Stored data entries
:::

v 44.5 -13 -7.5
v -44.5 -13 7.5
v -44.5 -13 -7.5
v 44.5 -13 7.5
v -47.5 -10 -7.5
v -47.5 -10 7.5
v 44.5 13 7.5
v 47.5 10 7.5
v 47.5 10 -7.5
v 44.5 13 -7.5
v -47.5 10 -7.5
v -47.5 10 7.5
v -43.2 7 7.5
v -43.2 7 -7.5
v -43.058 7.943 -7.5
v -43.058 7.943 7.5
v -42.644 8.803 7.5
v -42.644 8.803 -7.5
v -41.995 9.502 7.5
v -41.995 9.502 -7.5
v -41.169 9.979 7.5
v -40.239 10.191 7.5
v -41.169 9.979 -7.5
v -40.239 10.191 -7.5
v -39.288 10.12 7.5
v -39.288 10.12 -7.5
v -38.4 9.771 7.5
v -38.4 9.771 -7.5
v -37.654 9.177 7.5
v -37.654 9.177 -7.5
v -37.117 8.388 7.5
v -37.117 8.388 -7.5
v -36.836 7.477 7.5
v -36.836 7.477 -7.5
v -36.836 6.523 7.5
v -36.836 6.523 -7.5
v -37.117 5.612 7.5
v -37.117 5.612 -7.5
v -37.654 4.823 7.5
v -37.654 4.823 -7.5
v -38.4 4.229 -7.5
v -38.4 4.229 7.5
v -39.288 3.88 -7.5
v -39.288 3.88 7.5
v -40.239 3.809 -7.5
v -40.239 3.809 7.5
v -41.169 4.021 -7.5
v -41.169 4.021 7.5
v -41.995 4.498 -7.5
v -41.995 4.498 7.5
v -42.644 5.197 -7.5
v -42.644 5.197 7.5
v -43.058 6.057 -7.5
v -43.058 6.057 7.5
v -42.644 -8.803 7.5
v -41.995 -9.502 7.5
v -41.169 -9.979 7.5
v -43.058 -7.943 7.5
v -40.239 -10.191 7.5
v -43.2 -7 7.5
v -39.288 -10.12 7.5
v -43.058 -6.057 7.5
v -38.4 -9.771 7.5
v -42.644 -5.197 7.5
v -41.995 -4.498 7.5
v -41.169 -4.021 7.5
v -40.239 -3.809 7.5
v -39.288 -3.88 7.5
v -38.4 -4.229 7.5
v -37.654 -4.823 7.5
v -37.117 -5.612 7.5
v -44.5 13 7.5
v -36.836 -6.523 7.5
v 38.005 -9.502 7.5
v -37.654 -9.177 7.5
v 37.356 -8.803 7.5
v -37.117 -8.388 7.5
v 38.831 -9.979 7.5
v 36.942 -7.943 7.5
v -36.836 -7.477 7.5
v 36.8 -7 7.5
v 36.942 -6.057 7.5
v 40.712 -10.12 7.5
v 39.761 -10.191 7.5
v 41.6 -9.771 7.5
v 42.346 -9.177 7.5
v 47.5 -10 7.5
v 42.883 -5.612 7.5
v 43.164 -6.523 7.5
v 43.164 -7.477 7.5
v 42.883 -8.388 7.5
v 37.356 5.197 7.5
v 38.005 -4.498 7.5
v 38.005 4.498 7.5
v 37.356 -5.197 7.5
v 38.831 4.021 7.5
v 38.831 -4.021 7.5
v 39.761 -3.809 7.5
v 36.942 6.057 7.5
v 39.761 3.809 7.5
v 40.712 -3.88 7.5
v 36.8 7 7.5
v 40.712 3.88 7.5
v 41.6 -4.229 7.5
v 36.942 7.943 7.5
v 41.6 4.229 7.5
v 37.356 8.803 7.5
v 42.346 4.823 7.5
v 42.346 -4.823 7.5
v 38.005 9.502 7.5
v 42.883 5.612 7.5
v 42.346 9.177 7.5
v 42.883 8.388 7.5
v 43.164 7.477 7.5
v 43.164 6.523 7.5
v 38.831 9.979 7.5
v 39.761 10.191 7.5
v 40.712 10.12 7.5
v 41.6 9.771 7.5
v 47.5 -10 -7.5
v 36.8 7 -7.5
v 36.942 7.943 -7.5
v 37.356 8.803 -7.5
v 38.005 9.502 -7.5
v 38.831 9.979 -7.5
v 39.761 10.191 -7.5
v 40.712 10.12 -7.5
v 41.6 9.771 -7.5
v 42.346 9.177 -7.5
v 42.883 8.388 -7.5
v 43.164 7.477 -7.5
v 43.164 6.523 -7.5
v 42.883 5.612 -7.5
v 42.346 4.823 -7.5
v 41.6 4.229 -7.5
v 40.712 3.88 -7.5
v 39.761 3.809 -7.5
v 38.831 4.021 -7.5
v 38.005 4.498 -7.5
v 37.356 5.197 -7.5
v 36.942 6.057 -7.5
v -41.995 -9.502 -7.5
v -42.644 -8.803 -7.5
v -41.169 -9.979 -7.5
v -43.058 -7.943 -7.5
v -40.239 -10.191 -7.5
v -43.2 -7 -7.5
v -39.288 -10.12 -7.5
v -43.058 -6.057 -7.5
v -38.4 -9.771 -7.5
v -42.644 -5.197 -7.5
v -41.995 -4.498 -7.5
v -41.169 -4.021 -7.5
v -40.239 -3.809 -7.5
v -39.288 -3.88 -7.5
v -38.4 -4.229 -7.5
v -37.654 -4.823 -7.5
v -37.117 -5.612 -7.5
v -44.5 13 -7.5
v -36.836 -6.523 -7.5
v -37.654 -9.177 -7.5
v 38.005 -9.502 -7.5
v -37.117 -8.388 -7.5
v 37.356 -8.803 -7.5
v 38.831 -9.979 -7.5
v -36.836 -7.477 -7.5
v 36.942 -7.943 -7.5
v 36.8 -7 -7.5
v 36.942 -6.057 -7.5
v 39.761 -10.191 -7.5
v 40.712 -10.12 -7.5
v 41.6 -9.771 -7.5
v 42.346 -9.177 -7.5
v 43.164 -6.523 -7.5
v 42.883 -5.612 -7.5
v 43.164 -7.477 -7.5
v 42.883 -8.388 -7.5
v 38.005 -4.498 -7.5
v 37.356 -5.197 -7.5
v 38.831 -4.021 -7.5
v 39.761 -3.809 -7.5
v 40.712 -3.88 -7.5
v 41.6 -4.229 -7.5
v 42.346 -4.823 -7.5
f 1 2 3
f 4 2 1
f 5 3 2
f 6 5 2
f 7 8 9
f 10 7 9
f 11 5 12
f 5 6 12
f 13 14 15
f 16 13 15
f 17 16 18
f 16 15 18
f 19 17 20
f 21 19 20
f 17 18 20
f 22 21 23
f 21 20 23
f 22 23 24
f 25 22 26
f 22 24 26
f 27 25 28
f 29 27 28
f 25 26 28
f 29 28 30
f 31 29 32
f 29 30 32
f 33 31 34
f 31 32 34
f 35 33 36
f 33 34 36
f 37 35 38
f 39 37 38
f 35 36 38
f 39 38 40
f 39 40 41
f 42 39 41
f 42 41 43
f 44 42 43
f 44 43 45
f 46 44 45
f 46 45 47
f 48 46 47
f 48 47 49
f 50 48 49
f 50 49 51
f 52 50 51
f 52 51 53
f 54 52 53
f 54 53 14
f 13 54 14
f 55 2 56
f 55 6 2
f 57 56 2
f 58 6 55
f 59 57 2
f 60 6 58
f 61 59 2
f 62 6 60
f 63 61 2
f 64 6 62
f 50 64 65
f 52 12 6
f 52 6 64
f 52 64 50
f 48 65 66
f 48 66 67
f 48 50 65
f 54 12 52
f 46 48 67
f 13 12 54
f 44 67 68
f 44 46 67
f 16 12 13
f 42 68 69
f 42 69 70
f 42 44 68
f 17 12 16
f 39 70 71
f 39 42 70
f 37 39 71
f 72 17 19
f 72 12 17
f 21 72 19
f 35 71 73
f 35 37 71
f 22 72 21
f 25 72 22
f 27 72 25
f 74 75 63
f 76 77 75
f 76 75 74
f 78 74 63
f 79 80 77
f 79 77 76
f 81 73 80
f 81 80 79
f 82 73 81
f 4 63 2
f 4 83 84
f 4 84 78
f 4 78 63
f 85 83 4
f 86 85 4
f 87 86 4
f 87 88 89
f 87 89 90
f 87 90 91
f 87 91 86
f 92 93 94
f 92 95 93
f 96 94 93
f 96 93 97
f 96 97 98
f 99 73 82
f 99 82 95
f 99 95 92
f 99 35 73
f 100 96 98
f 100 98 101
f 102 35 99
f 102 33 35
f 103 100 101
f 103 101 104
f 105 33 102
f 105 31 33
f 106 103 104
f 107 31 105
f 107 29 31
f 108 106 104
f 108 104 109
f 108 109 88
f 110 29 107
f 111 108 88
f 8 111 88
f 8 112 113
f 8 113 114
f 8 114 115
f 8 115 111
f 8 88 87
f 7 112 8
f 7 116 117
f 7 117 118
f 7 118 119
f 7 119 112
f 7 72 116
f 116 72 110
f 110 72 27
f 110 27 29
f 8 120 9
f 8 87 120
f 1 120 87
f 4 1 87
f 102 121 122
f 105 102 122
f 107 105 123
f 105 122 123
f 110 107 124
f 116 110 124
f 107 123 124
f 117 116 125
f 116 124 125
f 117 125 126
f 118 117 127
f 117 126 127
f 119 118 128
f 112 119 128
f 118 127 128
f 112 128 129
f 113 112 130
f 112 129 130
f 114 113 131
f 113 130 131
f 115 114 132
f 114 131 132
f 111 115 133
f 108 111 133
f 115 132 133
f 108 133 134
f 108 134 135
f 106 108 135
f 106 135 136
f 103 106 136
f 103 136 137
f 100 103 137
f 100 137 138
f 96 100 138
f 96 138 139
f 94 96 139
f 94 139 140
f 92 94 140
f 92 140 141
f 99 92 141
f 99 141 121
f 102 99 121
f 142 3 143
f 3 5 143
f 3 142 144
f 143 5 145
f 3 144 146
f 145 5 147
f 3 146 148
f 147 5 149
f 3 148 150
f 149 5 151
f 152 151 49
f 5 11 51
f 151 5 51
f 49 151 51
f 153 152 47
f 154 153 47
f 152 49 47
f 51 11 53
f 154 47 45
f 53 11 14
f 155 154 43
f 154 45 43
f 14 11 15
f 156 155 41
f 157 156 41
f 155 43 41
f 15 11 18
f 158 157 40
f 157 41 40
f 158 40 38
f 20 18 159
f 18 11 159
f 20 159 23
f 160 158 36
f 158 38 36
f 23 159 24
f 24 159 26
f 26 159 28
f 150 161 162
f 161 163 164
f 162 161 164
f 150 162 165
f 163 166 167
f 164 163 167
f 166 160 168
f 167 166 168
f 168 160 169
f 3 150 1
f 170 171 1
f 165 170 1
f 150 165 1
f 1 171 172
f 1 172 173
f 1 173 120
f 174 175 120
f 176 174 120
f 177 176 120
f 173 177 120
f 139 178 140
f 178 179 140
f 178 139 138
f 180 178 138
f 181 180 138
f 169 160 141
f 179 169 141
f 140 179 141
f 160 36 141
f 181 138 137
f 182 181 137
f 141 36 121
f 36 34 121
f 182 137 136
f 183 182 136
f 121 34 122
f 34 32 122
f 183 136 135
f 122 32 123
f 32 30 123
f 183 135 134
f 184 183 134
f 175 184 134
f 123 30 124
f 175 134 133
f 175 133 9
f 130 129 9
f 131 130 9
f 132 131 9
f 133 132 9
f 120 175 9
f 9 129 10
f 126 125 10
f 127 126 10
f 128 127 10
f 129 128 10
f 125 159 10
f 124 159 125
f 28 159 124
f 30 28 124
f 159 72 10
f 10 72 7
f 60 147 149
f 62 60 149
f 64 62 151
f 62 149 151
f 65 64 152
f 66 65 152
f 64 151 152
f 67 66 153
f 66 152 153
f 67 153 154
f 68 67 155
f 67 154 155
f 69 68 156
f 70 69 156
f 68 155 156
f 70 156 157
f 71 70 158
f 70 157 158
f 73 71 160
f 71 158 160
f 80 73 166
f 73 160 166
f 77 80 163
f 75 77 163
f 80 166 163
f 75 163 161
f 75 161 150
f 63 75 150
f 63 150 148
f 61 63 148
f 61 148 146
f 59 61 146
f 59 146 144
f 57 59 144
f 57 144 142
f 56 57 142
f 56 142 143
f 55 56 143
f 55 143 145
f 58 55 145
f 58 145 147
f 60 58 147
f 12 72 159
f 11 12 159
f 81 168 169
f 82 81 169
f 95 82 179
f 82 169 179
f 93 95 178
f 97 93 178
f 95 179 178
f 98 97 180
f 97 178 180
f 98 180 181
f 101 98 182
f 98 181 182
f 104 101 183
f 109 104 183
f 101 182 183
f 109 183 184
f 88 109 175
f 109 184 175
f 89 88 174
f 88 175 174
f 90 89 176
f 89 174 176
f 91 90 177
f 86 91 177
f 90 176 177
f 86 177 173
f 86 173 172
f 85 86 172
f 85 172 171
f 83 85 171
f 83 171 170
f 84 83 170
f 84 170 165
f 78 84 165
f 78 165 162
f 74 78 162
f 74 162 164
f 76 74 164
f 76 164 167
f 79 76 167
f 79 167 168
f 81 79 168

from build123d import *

# Parameters (mm, degrees)
F0_W     = 95
F0_H     = 26
F1_DEPTH = 7.5
F3_D     = 6.4
F4_SIZE  = 3


with BuildPart() as f1:
    # F0 (on Top) → F1 (new body, symmetric)
    with BuildSketch(Plane.XY):
        Rectangle(F0_W, F0_H)
    extrude(amount=F1_DEPTH, both=True)

    # F3 (through all)
    with Locations(Plane.XY.offset(7.5)):
        with Locations((-40, 7), (-40, -7), (40, 7), (40, -7)):
            Hole(F3_D / 2)

    # F4
    f4_edges = [f1.edges().sort_by_distance(p)[0] for p in [
        (-47.5, 13, 0),
        (47.5, 13, 0),
        (47.5, -13, 0),
        (-47.5, -13, 0),
    ]]
    chamfer(f4_edges, length=F4_SIZE)


solid = f1.part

:::

In the entries above, find the line with "f 102 121 122" and the line with "f 92 94 140", then restate word for word both of them and every line between, with nothing more.

Task result:
f 102 121 122
f 105 102 122
f 107 105 123
f 105 122 123
f 110 107 124
f 116 110 124
f 107 123 124
f 117 116 125
f 116 124 125
f 117 125 126
f 118 117 127
f 117 126 127
f 119 118 128
f 112 119 128
f 118 127 128
f 112 128 129
f 113 112 130
f 112 129 130
f 114 113 131
f 113 130 131
f 115 114 132
f 114 131 132
f 111 115 133
f 108 111 133
f 115 132 133
f 108 133 134
f 108 134 135
f 106 108 135
f 106 135 136
f 103 106 136
f 103 136 137
f 100 103 137
f 100 137 138
f 96 100 138
f 96 138 139
f 94 96 139
f 94 139 140
f 92 94 140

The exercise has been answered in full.